But then the difference is, is to say, "Well, how does that clinically compare? Do we see more detection with either of those agents?" And I think number one is what is quite impressive about both agents is that even at very low levels, really under 0.2, that the detection rate is extremely high. I think that overall, about anywhere, for the Pylarify, 27 to 30% of patients had a positive scan that you could see a recurrence. And about 45% of patients even at low PSA levels had a positive scan.

So when you have that conversation with patients to say, "Is this something that we should wait or not wait on?" it's actually a much higher detection rate than I actually initially thought that would actually occur. And even at very low levels, less than 0.2, in that subset of patients, 38% and 52% had positive scans. So not a worthless exercise if you can kind of detect that.

And when you look at the differences, and this is really not a surprise, is that the Posluma scan had a higher detection rate in almost every single area and subset area that we saw. And again, that's just largely because if you have a lot of noise, if you will, that's from the excretion of the radiotracer into the bladder, that's going to potentially obscure what you can see. And this is really just showing that difference, and even there's a slight difference in pelvic lymph nodes, but obviously most of that was in the prostate bed.

So again, really, the takeaway point here is, is that if you have a scan, it is still worthwhile to help localize that disease. That's number one. Two is that if you are really concerned about the localization of where that recurrence is and you are post-prostatectomy, so very specific setting here, is that Posluma may give you additional imaging or insight into that localization because you can actually see that because of the lack of intensity or accumulation in the bladder.
So again, I think that this is just the start of looking at the differences in the available radiotracers we have. And of course, that's in the knowing that there are other radiotracers coming on the market and into play that will be also additionally besides PSMA, but probably other tag molecules as well. And so I think as we move forward here, it'll be important to really define which biomarker or combination of radiotracers that we should use at any given point to really maximize our ability to localize and develop those treatment plans that would be appropriate for those patients.

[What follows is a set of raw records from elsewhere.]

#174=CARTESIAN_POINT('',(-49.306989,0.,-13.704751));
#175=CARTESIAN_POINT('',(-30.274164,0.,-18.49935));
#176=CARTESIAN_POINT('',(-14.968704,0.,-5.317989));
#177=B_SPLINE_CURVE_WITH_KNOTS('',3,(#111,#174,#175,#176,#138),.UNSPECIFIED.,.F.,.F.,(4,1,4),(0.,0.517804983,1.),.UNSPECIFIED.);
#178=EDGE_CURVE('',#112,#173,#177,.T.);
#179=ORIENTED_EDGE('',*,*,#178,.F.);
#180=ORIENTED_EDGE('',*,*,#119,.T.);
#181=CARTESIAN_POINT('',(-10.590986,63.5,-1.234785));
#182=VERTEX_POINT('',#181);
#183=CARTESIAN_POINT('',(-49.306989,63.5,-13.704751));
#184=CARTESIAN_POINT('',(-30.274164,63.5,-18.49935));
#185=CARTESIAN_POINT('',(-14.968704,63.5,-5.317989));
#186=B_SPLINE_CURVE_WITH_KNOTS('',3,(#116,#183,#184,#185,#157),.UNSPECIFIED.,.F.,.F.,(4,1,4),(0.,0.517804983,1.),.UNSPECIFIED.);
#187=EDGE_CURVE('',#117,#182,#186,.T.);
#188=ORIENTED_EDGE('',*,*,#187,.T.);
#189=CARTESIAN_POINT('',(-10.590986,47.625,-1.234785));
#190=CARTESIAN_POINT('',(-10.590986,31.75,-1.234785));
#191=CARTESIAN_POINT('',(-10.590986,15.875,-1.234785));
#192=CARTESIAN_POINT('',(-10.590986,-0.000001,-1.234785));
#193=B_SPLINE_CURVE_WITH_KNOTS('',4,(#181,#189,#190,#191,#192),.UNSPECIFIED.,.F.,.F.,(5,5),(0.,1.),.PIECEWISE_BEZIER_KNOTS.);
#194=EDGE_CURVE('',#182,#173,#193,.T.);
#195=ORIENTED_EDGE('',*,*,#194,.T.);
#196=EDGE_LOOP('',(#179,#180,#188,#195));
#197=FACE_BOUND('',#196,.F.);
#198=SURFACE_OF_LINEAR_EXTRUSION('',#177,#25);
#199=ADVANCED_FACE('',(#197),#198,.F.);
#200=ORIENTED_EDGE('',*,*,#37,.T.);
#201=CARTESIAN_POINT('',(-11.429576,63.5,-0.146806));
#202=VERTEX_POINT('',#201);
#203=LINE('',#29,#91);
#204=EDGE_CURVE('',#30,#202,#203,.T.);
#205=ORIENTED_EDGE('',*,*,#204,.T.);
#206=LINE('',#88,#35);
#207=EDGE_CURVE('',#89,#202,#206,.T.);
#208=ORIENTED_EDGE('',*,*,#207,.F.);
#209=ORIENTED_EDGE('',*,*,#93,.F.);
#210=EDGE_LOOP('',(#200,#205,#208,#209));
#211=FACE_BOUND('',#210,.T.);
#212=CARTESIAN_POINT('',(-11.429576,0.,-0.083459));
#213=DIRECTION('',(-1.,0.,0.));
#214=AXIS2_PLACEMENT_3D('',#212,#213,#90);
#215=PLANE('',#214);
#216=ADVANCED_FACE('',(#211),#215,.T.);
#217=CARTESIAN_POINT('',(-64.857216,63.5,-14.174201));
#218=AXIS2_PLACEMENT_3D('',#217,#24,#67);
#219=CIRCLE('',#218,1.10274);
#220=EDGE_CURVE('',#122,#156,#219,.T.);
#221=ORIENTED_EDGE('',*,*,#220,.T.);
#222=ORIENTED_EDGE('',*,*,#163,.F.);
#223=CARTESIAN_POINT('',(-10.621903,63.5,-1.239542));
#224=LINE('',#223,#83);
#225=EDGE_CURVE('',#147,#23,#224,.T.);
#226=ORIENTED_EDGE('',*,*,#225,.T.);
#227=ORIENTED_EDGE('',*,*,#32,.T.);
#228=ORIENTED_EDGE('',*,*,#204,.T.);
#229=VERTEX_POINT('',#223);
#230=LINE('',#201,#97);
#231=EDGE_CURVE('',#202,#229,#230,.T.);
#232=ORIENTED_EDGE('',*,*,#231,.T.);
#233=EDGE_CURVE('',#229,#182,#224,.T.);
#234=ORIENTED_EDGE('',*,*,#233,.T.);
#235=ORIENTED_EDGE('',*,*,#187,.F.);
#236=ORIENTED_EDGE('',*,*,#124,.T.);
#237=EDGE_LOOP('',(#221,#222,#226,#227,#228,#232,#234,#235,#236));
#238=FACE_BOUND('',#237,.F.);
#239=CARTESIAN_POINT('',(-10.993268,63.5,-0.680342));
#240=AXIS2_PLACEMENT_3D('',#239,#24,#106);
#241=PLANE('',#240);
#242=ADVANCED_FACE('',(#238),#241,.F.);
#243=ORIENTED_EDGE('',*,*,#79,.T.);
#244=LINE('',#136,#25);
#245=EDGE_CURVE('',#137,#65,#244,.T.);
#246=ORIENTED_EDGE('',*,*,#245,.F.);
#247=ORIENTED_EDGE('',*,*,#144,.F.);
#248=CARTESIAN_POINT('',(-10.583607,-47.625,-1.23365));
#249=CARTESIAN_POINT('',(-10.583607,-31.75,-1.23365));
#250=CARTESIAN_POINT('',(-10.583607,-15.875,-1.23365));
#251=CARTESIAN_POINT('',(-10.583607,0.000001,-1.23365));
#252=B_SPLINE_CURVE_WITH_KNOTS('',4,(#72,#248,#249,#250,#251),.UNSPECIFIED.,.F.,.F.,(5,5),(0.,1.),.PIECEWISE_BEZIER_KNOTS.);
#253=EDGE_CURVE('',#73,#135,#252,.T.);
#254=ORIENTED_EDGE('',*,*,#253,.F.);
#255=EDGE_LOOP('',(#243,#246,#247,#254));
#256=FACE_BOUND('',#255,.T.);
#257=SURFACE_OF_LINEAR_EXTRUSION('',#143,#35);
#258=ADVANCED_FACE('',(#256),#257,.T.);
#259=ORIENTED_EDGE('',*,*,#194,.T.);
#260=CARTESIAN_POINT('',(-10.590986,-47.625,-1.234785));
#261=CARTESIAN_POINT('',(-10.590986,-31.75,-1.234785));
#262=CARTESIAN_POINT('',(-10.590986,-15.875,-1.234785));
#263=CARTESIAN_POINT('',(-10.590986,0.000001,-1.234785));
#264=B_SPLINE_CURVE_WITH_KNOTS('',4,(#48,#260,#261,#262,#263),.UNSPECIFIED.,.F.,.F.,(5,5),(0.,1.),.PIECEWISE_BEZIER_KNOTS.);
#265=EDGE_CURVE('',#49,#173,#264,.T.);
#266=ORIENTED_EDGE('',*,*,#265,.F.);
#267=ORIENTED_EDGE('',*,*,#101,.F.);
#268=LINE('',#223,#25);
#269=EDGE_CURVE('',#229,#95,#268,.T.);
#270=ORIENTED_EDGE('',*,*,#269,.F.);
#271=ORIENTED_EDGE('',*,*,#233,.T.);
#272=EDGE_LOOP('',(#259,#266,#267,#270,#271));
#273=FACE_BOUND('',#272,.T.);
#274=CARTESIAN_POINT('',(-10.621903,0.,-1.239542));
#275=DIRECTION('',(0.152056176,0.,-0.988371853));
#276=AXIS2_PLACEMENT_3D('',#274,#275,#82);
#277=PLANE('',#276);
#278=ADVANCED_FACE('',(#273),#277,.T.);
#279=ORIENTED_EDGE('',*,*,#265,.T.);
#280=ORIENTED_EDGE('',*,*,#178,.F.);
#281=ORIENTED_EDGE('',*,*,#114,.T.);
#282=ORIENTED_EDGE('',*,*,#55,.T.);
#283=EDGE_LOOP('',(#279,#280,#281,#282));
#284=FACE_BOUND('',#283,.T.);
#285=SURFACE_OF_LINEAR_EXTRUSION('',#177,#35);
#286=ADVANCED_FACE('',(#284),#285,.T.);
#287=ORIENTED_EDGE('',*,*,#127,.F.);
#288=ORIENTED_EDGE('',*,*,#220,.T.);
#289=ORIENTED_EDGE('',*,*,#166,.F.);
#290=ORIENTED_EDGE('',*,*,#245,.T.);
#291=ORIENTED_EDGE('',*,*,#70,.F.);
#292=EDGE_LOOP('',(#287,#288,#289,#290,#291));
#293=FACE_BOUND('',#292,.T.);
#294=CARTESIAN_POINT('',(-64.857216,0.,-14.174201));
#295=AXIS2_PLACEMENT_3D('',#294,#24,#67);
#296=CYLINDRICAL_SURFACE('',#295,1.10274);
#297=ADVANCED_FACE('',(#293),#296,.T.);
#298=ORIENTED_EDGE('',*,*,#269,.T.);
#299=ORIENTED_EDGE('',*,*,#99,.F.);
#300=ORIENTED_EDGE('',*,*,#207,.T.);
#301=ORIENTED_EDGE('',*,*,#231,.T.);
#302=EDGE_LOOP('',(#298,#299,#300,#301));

Matthew Cooperberg: That's terrific. It's great work. It's more of a difference than I think I kind of expected when I saw just the title. And I'm curious what you're doing with this clinically. So I've had this conversation with the folks at Blue Earth and at Lantheus over the years. We don't even order a specific tracer. We order PSMA PET. UCSF, we've been doing this for a number of years now. Tom Hope, who was our nuc med lead, was one of the first to get this going in North America. And we order PSMA PET. If it's internal, it tends to be a gallium scan, which we produce the gallium on our own cyclotron. It's less expensive. If they go out to community center, it kind of depends on which PET center they go to. It might be Posluma, it might be Pylarify. And as the ordering doc, I don't even necessarily have the ability to specify. So I'm curious if it's different for you or if you are actually really trying to get post-op patients specifically toward Posluma at this point. How are you using these results?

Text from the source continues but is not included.